--- WORK ITEM ---
After finding the line with "#46=FACE_BOUND('',#45,.T.);" in the data below, set down exactly each line through the one with "#54=PLANE('',#41);", inclusive, and stop there.

--- INFORMATION SUPPLIED ---
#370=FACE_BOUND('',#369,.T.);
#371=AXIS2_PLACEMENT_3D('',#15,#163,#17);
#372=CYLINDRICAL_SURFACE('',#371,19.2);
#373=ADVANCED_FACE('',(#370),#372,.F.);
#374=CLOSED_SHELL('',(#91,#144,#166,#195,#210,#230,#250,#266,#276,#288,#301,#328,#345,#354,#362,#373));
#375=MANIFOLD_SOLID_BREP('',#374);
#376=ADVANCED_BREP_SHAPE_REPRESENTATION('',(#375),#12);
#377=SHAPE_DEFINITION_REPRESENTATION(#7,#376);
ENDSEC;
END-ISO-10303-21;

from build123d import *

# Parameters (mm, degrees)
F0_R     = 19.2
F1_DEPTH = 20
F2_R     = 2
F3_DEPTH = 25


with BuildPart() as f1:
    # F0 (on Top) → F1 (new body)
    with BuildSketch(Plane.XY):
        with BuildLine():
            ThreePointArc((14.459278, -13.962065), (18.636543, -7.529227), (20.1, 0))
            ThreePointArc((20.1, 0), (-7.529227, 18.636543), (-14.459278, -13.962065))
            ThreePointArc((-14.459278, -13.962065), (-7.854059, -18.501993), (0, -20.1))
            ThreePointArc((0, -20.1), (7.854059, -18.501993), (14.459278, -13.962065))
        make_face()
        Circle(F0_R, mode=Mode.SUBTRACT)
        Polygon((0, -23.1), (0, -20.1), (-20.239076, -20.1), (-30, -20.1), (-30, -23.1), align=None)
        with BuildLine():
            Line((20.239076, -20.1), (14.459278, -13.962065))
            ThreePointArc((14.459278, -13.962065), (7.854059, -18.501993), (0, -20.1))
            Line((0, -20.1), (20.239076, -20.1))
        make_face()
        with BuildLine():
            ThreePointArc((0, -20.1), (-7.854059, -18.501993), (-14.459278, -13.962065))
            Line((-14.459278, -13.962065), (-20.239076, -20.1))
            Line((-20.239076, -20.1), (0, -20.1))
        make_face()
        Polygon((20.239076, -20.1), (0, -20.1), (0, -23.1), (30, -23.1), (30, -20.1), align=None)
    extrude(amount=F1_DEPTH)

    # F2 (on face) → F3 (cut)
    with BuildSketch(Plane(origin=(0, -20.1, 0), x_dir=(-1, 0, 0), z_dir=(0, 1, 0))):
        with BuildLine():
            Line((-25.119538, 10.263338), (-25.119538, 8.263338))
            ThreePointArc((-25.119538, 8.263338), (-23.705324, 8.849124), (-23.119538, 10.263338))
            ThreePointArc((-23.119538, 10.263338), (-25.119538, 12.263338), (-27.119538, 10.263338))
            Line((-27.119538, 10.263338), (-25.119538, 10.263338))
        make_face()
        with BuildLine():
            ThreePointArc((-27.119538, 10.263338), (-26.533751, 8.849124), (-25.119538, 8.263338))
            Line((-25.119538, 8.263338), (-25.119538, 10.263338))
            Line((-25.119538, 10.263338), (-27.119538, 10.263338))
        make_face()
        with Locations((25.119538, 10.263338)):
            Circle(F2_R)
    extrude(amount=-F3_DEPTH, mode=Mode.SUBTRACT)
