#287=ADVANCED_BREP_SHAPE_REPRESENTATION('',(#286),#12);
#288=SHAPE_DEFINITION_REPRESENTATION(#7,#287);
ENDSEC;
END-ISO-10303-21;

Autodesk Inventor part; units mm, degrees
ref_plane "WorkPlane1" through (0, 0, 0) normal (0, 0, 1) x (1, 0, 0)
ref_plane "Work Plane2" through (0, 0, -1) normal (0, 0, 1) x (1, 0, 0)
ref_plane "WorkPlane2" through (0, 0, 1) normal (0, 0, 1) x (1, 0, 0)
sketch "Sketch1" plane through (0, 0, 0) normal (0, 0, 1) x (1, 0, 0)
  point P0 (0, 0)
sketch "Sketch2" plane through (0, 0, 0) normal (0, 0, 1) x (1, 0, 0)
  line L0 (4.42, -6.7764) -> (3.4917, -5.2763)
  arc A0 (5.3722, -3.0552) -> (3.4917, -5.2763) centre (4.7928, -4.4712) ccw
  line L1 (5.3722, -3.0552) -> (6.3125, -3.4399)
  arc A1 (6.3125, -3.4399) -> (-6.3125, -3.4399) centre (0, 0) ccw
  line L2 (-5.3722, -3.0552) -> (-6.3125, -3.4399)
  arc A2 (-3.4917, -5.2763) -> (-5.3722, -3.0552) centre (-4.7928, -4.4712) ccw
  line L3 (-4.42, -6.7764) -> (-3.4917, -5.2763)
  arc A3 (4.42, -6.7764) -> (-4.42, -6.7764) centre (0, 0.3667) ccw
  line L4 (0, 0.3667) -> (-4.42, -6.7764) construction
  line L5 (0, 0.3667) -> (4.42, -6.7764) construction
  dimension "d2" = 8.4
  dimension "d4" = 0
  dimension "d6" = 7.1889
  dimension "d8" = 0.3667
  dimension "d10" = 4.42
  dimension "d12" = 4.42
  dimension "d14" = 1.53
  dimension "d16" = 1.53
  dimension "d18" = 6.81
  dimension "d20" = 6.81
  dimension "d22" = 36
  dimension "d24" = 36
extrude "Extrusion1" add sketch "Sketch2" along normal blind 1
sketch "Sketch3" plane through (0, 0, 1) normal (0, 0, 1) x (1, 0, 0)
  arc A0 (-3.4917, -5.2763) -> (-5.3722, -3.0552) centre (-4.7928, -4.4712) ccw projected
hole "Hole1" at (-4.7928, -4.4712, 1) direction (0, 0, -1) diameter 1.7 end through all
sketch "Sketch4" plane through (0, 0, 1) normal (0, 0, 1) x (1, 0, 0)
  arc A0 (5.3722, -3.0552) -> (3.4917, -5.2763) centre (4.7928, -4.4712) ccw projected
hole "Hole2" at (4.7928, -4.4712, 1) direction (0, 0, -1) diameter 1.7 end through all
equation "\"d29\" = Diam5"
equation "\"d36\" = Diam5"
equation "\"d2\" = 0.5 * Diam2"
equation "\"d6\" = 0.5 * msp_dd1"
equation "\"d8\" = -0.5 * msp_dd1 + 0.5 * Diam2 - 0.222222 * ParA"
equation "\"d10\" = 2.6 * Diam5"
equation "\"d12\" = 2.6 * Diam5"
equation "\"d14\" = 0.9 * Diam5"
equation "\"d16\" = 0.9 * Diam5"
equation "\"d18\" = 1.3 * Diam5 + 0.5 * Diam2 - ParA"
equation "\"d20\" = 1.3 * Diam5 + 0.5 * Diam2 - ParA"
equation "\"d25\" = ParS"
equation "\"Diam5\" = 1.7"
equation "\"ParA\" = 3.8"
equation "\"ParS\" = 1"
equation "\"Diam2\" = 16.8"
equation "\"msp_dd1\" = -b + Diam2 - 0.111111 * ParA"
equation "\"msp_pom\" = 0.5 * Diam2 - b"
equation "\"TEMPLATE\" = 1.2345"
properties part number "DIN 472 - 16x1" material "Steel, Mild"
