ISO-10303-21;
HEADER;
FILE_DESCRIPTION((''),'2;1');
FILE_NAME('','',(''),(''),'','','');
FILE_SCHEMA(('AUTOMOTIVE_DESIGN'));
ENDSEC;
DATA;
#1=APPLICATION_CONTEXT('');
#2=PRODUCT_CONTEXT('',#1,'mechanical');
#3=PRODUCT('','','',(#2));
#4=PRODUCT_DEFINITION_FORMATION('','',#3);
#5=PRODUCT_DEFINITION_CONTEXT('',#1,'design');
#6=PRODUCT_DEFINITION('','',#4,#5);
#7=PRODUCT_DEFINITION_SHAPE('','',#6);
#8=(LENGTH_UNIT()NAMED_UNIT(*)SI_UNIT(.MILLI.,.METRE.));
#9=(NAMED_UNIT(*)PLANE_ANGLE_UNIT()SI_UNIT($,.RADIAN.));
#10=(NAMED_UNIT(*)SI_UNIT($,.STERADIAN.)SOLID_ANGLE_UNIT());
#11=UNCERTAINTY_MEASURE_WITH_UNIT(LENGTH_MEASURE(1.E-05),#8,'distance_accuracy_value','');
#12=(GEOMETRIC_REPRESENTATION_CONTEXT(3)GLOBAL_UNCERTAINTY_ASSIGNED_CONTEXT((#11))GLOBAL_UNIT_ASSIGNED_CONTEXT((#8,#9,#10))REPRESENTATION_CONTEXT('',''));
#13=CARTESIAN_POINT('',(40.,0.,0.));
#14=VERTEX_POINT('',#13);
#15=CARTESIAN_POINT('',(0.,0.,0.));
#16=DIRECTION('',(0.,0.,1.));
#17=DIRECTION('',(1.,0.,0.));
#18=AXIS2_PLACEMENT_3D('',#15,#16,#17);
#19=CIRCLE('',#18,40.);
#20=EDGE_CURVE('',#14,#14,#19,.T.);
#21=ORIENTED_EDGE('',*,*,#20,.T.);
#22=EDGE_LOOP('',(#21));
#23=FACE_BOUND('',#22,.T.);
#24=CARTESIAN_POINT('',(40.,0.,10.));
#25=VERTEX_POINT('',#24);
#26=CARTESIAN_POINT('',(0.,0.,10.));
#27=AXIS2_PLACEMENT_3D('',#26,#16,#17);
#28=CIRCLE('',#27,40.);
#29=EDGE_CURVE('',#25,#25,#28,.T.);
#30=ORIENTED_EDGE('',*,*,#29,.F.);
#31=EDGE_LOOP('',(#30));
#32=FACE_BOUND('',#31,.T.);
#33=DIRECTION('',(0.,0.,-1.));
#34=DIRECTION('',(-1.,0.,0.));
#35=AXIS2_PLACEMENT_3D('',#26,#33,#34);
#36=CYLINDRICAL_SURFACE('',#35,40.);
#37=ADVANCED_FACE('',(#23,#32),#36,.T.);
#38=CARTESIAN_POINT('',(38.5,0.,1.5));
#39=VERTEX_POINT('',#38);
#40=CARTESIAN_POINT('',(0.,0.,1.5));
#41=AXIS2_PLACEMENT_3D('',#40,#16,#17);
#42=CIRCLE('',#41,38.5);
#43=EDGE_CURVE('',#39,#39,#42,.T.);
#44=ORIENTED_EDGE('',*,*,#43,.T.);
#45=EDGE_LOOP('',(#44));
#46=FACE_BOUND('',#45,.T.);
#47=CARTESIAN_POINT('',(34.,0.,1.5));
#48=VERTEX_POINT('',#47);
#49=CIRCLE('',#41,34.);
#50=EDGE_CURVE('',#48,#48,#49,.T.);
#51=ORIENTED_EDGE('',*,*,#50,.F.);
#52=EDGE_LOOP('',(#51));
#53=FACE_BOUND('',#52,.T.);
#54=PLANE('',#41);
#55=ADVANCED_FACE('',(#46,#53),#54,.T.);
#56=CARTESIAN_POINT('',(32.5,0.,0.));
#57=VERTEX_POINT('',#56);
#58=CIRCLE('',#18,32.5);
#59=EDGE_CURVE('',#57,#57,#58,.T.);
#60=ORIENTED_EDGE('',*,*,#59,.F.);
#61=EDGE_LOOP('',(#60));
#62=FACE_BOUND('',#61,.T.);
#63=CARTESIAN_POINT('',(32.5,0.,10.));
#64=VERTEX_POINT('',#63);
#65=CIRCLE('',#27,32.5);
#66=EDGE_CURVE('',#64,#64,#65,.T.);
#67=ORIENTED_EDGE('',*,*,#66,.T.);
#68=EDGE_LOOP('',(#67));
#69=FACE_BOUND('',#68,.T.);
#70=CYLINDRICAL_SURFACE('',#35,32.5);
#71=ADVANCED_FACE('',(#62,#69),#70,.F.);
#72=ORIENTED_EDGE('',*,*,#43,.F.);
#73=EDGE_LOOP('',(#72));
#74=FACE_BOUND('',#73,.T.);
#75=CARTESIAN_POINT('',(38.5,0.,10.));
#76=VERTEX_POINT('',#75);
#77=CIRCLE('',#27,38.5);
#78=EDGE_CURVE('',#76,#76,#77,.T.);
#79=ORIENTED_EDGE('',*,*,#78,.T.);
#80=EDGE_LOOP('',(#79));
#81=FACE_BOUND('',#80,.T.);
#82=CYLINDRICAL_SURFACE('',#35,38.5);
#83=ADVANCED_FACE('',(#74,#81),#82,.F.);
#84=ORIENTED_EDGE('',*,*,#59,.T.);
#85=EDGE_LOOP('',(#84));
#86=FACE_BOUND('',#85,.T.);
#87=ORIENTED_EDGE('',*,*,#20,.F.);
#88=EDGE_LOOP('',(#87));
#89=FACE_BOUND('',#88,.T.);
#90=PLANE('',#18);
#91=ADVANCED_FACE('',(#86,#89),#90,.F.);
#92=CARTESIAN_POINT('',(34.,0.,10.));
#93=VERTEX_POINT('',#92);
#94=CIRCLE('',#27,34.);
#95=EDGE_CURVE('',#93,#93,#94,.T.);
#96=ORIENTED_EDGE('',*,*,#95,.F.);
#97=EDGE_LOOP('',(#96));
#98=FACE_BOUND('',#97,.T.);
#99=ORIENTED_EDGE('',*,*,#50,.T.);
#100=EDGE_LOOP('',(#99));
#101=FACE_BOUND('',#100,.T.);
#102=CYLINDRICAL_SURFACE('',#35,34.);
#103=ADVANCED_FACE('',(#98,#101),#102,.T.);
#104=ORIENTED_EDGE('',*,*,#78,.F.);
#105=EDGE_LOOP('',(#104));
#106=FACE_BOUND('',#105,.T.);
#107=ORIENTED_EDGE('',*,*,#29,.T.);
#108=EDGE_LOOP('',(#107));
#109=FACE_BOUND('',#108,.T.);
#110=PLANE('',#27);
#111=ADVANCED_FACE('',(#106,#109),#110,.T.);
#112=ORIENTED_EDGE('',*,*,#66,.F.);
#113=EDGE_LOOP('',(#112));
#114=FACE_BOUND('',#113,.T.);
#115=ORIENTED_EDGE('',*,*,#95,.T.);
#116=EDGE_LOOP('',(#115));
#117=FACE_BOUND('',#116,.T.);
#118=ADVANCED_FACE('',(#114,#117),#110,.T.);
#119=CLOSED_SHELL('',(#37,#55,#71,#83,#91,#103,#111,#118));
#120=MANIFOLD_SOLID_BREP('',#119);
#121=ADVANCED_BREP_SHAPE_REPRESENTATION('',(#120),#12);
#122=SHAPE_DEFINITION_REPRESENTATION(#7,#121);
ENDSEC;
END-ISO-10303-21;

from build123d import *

# Parameters (mm, degrees)
SKETCH_1_R      = 40
SKETCH_1_R_2    = 32.5
EXTRUDE_1_DEPTH = 10
SHELL_1_T       = -1.5


with BuildPart() as part:
    # 草图1 → 凸台-拉伸1 (new body)
    with BuildSketch(Plane.XY):
        Circle(SKETCH_1_R)
        Circle(SKETCH_1_R_2, mode=Mode.SUBTRACT)
    extrude(amount=EXTRUDE_1_DEPTH)

    # 抽壳1
    shell_1_openings = [part.faces().sort_by_distance(p)[0] for p in [
        (-38.86862915, 0, 10),
    ]]
    offset(amount=SHELL_1_T, openings=shell_1_openings, kind=Kind.INTERSECTION)


solid = part.part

--- RESPONSE BELOW ---
#46=FACE_BOUND('',#45,.T.);
#47=CARTESIAN_POINT('',(34.,0.,1.5));
#48=VERTEX_POINT('',#47);
#49=CIRCLE('',#41,34.);
#50=EDGE_CURVE('',#48,#48,#49,.T.);
#51=ORIENTED_EDGE('',*,*,#50,.F.);
#52=EDGE_LOOP('',(#51));
#53=FACE_BOUND('',#52,.T.);
#54=PLANE('',#41);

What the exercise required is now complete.